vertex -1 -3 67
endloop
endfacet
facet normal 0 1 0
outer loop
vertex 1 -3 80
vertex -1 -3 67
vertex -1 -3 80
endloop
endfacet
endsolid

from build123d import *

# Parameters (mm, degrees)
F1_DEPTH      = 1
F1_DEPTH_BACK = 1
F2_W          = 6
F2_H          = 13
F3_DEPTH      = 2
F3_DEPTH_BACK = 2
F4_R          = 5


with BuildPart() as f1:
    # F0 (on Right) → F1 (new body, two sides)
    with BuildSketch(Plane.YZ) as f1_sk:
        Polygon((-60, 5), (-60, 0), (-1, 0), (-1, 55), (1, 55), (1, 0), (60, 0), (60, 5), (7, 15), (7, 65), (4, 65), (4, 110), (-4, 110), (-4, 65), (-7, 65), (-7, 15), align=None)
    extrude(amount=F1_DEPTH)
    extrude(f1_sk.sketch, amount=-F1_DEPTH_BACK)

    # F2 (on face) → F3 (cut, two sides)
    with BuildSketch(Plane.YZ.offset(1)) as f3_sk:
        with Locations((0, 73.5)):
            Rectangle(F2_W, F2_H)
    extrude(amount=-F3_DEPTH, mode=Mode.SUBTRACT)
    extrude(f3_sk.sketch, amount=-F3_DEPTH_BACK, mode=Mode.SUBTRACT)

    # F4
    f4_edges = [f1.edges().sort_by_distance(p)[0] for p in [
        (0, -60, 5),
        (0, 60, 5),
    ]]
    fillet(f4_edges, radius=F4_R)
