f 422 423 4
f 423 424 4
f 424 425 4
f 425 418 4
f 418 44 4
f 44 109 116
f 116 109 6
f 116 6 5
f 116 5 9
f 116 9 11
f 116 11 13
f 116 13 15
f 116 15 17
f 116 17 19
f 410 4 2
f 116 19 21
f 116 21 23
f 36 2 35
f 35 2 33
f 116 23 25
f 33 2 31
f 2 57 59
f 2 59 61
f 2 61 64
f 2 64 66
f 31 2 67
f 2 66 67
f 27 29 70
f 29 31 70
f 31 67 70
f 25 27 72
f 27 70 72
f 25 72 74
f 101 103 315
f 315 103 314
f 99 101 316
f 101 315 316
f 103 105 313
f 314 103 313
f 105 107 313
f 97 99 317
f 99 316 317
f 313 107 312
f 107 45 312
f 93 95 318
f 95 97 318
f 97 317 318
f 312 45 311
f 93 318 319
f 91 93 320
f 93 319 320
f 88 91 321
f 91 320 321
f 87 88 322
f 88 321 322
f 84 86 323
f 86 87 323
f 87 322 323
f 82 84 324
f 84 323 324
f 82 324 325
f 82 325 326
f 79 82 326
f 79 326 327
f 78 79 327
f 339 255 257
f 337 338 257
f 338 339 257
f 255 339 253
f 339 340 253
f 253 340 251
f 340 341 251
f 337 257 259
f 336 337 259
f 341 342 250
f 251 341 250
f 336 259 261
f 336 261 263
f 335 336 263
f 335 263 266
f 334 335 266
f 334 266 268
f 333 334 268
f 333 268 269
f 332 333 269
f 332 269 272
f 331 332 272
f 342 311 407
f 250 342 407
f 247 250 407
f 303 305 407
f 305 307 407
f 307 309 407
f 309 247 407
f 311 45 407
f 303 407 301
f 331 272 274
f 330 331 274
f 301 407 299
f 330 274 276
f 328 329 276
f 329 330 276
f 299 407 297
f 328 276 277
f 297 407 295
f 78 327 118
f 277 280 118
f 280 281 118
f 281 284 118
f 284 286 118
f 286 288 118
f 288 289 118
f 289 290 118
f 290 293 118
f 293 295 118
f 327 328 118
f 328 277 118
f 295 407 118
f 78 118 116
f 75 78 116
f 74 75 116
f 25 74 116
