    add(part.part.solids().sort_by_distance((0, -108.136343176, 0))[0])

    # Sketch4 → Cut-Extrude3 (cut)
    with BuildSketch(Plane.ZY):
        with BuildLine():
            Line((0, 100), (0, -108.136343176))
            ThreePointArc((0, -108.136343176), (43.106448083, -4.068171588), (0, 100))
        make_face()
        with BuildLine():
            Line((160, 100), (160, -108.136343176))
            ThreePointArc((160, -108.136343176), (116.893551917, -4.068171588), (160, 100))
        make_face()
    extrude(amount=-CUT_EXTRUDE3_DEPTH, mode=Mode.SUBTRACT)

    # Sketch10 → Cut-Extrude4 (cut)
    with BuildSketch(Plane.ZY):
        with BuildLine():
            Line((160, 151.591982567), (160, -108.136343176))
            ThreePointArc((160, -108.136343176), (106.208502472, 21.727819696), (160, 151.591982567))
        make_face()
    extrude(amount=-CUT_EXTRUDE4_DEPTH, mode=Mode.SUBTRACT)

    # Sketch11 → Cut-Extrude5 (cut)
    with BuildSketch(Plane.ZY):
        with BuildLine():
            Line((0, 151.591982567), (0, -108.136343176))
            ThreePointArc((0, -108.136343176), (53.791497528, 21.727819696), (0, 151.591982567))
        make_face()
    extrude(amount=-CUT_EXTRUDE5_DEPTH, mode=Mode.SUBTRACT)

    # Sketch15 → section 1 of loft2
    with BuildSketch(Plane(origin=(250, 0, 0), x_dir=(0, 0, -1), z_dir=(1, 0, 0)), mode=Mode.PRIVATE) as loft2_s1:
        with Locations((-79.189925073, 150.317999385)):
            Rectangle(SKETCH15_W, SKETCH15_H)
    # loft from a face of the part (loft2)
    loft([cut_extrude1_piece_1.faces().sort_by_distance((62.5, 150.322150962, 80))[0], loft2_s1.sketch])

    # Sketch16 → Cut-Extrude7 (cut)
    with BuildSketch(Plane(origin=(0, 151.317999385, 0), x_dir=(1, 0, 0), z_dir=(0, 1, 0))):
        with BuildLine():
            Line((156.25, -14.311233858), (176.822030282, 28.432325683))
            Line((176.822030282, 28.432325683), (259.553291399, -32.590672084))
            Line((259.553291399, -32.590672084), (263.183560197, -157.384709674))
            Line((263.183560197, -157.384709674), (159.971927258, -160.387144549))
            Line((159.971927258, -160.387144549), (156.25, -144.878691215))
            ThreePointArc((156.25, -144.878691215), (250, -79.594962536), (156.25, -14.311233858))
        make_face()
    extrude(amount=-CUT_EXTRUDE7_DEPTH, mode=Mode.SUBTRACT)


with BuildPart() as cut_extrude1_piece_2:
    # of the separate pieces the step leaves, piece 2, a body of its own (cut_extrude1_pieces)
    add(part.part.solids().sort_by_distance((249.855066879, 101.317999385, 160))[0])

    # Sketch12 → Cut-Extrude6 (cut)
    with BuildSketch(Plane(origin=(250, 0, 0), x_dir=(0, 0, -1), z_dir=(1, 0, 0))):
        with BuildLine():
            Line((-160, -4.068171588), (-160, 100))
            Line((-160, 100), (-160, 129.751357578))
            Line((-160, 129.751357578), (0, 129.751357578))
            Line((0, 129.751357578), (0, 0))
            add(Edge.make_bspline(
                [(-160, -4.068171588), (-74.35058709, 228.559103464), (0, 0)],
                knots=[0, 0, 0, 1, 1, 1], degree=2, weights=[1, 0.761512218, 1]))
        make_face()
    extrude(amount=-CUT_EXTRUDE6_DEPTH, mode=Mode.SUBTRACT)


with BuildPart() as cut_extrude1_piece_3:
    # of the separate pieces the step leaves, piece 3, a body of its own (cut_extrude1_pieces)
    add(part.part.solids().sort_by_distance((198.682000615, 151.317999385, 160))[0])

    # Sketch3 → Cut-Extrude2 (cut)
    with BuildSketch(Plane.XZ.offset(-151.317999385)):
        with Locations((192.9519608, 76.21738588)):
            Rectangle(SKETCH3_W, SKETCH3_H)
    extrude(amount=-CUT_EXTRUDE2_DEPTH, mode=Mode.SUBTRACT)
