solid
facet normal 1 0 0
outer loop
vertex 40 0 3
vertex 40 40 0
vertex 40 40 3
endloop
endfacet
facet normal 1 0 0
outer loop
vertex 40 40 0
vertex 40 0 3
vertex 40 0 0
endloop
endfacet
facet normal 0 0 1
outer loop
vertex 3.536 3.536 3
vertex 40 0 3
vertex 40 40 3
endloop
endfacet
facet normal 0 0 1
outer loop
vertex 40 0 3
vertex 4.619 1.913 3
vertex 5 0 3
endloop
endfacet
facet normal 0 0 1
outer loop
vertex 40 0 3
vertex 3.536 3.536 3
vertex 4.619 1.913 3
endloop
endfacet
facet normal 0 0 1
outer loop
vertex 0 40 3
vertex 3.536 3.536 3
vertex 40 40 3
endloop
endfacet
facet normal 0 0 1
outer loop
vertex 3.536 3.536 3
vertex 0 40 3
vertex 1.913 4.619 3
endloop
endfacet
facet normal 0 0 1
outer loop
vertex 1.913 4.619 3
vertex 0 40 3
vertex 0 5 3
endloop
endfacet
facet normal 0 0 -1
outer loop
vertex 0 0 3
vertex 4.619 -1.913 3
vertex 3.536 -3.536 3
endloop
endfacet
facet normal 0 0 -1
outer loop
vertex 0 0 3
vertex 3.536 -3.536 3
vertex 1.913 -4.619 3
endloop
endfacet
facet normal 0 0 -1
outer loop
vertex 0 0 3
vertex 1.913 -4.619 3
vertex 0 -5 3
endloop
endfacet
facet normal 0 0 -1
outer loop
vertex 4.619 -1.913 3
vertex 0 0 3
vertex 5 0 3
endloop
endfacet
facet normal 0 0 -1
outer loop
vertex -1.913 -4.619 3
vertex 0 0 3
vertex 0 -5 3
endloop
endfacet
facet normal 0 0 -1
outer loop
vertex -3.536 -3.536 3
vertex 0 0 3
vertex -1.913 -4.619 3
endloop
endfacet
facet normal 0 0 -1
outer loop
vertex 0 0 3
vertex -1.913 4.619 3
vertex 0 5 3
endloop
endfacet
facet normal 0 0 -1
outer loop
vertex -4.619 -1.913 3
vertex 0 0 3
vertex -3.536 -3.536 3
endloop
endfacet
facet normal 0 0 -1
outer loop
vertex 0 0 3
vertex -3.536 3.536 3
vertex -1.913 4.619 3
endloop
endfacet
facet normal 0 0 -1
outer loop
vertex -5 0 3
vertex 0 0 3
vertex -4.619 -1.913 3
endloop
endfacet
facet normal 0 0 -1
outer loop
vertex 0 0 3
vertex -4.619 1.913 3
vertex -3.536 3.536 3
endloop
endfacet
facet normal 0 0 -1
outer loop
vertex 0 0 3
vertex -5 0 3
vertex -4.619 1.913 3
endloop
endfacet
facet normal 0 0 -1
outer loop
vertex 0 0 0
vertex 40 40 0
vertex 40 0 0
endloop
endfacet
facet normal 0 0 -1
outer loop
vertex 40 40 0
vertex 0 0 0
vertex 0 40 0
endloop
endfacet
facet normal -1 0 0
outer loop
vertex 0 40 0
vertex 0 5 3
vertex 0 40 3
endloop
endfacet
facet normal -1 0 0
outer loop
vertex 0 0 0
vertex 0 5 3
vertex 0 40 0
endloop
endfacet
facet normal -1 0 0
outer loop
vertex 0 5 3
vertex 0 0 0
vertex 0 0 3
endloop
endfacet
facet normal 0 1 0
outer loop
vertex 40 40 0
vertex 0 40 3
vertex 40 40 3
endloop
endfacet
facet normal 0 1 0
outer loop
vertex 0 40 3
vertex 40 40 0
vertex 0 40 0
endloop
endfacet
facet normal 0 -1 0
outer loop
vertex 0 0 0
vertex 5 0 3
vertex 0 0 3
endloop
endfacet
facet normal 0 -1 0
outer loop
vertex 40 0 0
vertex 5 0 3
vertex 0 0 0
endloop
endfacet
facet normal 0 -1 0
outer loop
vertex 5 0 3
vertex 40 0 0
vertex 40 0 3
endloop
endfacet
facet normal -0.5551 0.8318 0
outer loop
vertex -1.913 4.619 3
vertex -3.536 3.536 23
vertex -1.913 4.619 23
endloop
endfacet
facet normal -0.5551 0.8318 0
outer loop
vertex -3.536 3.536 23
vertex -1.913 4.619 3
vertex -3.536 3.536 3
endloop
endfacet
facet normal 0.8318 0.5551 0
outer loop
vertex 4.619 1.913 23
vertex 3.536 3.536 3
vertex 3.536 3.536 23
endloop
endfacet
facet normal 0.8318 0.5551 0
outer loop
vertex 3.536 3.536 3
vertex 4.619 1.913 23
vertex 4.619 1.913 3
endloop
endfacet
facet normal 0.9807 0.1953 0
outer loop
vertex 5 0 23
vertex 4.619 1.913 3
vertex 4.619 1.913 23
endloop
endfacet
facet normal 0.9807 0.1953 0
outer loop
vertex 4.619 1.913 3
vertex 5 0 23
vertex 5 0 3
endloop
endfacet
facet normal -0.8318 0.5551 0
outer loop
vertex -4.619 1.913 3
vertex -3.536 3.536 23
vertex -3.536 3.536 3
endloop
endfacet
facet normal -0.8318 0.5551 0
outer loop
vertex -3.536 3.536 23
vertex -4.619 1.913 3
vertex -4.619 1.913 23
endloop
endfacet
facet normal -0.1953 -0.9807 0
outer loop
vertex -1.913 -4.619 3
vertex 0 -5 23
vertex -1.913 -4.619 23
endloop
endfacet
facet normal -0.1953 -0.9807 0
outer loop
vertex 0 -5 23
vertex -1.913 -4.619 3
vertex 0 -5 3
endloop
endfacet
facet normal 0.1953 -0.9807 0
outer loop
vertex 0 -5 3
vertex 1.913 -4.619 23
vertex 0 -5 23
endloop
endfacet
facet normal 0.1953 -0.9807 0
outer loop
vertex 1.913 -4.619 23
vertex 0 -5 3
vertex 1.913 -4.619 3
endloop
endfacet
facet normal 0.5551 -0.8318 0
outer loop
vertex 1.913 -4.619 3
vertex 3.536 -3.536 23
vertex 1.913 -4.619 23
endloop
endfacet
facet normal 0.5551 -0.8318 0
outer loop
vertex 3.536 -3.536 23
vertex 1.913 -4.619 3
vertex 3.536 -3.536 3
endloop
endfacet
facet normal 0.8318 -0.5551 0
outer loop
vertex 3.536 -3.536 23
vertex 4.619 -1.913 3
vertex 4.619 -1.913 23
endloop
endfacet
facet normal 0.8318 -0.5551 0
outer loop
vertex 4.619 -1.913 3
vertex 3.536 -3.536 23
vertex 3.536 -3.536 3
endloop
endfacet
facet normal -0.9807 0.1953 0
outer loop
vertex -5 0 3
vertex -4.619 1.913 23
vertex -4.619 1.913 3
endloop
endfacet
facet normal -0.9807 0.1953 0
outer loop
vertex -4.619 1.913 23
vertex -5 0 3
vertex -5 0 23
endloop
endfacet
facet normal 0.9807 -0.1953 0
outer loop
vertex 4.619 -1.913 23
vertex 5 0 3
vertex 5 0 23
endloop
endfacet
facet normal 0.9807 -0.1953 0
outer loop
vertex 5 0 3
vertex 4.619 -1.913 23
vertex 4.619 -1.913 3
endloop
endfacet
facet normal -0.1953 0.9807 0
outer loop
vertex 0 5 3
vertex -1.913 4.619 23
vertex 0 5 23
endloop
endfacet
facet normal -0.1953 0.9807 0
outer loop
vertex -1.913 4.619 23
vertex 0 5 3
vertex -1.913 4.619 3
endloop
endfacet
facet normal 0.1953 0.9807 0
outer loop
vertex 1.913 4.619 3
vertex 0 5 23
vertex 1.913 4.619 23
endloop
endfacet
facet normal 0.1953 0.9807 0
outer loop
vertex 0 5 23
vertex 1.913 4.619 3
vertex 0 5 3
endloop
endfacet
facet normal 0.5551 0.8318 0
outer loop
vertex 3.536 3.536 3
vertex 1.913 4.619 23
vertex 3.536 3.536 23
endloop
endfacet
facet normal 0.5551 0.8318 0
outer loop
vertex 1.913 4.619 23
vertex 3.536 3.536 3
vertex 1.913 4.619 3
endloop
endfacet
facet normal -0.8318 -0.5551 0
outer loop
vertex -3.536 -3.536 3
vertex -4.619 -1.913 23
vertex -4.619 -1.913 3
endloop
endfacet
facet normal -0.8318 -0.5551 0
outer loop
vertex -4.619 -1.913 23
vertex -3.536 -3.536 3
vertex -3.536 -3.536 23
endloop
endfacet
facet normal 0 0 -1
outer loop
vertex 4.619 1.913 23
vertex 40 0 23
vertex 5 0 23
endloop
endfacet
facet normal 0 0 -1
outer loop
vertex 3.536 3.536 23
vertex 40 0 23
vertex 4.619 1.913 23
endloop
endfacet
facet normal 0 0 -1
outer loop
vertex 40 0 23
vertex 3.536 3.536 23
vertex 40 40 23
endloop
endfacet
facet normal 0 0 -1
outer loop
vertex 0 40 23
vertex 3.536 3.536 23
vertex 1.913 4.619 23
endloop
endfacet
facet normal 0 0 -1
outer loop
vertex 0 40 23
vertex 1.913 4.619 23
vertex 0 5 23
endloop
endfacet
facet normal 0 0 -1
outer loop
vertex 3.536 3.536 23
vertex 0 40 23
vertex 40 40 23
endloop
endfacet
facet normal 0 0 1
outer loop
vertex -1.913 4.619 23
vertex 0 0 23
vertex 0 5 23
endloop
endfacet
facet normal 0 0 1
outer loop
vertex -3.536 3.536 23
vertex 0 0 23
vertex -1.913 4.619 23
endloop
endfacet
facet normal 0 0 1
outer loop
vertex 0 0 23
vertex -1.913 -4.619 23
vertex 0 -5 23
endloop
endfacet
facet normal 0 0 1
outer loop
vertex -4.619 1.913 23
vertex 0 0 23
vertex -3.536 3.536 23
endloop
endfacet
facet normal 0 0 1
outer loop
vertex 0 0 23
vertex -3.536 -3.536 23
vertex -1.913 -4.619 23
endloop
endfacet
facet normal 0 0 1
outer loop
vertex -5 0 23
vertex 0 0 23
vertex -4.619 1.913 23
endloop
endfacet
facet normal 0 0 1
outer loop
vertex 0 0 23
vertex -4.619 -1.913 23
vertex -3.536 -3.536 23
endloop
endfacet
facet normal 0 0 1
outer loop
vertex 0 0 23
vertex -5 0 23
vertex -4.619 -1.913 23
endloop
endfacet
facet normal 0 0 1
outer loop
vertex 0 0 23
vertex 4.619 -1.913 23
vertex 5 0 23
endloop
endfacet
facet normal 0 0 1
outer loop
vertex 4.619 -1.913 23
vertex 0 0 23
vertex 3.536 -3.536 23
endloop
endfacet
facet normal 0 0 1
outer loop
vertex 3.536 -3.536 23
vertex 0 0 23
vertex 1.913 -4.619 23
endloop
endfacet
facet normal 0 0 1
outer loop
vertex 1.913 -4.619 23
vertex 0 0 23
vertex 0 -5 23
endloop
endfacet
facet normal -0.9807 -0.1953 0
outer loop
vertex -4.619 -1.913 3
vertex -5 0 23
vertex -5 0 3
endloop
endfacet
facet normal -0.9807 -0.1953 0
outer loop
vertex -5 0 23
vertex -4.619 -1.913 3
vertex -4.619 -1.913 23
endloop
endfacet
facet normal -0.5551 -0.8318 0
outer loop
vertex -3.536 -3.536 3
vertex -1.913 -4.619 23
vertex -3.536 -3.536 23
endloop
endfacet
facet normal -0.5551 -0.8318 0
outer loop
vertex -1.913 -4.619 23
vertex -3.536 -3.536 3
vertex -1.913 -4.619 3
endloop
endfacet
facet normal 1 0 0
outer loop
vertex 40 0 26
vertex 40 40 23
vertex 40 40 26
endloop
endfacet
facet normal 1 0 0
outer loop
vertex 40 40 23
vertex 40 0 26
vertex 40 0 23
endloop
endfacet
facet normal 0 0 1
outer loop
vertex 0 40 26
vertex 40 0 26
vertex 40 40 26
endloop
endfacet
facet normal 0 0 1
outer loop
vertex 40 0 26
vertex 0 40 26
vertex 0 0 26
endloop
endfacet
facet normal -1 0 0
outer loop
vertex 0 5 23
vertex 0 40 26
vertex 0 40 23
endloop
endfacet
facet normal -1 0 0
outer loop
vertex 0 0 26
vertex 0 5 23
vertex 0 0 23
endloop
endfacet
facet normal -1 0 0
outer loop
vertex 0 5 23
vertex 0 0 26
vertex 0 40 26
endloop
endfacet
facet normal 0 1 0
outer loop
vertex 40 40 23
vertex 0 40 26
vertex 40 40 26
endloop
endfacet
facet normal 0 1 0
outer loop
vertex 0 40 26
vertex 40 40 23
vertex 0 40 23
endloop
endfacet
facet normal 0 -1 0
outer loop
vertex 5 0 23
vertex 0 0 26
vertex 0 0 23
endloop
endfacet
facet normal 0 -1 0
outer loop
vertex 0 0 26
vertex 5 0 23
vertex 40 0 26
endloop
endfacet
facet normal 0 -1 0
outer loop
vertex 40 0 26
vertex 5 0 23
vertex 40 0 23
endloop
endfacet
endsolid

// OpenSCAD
// expect: assembly of 3 colored parts
color("gray") cube([40, 40, 3]);
color("red") translate([0, 0, 3]) cylinder(d = 10, h = 20);
color("blue") translate([0, 0, 23]) cube([40, 40, 3]);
● ● ● ● ● ● ●
▶ **Exercise brief**
Find and copy each line above that includes the string "BuildSketch".

▶ **Task output**
    with BuildSketch(Plane.YZ) as f1_sk:
    with BuildSketch(Plane.YZ.offset(1)) as f3_sk:
    with BuildSketch(Plane.ZY):
    with BuildSketch(Plane.ZY):
    with BuildSketch(Plane.ZY):
    with BuildSketch(Plane(origin=(250, 0, 0), x_dir=(0, 0, -1), z_dir=(1, 0, 0)), mode=Mode.PRIVATE) as loft2_s1:
    with BuildSketch(Plane(origin=(0, 151.317999385, 0), x_dir=(1, 0, 0), z_dir=(0, 1, 0))):
    with BuildSketch(Plane(origin=(250, 0, 0), x_dir=(0, 0, -1), z_dir=(1, 0, 0))):
    with BuildSketch(Plane.XZ.offset(-151.317999385)):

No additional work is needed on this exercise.